# Kubota L2000



## whistleway (Aug 1, 2015)

Hi, new to the forum. Just bought a Kubota L2000 and have a slight problem. I use a mower powered by the PTO and to start with no problems, the 3 point linkage lifts it and lowers it. However, once it's been running for a little while, the 3 point linkage fails to raise or lower the mower. It's obviously a problem with he hydraulics somewhere, can anyone point me in the right direction. Thanks in advance.


----------



## Thomas (Nov 1, 2006)

Does L2000 have hyd. filter or transmission screens which maybe plugging.


----------



## whistleway (Aug 1, 2015)

Simple answer is, I don't know.

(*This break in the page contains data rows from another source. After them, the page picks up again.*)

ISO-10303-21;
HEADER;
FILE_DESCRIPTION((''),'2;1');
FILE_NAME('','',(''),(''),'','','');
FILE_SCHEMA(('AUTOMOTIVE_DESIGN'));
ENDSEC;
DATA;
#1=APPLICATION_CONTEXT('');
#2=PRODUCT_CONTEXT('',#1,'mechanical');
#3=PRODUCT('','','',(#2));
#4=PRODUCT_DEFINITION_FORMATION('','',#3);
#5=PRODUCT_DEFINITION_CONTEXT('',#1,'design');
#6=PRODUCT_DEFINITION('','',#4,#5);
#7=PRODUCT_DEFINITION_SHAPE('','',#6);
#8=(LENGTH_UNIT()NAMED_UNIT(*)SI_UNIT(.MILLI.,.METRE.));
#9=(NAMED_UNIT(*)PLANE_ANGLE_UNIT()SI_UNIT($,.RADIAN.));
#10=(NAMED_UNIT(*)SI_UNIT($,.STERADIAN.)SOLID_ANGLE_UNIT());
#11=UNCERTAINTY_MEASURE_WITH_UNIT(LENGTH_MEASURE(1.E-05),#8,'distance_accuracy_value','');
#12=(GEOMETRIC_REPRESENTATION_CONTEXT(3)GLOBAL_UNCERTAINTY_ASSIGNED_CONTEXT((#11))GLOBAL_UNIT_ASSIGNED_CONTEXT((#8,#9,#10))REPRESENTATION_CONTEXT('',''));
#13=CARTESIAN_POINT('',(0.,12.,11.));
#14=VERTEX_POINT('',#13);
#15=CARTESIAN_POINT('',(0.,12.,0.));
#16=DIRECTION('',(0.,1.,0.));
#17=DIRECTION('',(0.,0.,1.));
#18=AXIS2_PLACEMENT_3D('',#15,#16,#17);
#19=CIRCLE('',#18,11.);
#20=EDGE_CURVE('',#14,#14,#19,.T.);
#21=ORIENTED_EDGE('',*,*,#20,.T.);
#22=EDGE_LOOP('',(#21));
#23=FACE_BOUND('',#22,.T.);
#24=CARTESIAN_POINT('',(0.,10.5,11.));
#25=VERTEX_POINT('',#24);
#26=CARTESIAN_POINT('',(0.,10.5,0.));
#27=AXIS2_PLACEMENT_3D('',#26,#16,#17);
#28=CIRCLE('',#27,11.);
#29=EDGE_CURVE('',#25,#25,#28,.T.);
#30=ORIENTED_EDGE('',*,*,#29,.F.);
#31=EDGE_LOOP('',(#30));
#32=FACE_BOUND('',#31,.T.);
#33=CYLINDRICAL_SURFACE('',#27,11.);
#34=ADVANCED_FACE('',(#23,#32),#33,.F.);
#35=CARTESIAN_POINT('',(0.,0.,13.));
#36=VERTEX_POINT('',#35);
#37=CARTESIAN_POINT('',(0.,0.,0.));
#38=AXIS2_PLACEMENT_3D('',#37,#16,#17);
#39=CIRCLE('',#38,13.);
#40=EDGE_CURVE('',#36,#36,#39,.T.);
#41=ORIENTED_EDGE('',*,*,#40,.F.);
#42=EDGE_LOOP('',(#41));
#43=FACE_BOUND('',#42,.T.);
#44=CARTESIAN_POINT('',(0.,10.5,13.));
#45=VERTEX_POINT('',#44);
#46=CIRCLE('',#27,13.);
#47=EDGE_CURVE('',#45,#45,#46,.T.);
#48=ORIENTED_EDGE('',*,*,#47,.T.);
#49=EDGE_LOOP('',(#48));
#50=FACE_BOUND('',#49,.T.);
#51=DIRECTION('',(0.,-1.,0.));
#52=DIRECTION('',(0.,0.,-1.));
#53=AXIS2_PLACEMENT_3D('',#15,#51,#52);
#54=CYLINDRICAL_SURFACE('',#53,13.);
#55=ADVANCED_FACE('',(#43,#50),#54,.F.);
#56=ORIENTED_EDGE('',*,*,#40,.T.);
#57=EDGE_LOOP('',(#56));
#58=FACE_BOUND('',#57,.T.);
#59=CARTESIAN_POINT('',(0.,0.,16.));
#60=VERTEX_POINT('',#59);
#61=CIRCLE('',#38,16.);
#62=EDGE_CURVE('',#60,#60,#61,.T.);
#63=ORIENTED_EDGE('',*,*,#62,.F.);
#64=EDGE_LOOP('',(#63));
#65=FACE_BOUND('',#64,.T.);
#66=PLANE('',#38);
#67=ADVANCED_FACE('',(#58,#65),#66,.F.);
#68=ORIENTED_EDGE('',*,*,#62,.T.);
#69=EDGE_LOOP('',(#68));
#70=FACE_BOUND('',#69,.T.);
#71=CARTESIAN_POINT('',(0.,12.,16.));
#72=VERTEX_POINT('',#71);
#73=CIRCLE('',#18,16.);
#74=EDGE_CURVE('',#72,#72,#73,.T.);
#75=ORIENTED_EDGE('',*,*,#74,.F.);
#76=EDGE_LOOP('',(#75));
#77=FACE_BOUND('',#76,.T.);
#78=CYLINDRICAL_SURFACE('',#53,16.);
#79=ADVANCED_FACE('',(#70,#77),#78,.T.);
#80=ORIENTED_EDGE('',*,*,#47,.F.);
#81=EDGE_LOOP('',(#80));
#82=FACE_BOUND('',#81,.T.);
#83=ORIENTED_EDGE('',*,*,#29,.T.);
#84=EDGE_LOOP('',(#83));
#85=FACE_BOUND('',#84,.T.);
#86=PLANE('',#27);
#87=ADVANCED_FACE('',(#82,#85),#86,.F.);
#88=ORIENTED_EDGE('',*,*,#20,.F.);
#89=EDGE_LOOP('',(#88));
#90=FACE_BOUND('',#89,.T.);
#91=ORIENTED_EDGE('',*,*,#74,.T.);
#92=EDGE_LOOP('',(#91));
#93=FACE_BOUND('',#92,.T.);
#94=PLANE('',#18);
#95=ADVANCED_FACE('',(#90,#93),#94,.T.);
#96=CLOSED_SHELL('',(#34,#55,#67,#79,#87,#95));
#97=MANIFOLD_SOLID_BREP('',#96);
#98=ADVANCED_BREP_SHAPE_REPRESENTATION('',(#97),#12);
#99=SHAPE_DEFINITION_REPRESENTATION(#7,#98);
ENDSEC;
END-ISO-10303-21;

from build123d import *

# Parameters (mm, degrees)
SKETCH1_R           = 16
SKETCH1_R_2         = 13
BOSS_EXTRUDE1_DEPTH = 12
SKETCH2_R           = 13
SKETCH2_R_2         = 11
BOSS_EXTRUDE2_DEPTH = 1.5


with BuildPart() as part:
    # Sketch1 → Boss-Extrude1 (new body)
    with BuildSketch(Plane(origin=(0, 0, 0), x_dir=(1, 0, 0), z_dir=(0, 1, 0))):
        Circle(SKETCH1_R)
        Circle(SKETCH1_R_2, mode=Mode.SUBTRACT)
    extrude(amount=BOSS_EXTRUDE1_DEPTH)

    # Sketch2 → Boss-Extrude2 (add)
    with BuildSketch(Plane(origin=(0, 12, 0), x_dir=(1, 0, 0), z_dir=(0, 1, 0))):
        Circle(SKETCH2_R)
        Circle(SKETCH2_R_2, mode=Mode.SUBTRACT)
    extrude(amount=-BOSS_EXTRUDE2_DEPTH)


solid = part.part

I've tried to find a service manual on-line but failed. Was hoping that someone had experienced a similar problem, or there's someone else who has a L2000.


----------



## sixbales (May 18, 2011)

When it fails to lift, pull the hydraulic dipstick and inspect the fluid for tiny air bubbles entrained in the fluid. If so, you have a suction leak, most likely at your hydraulic pump. It takes a while to get enough air in the hydraulic system where it no longer works.

Simple fix (replace an o-ring seal), but you have to pull sheet metal, etc., to get down to the pump.


----------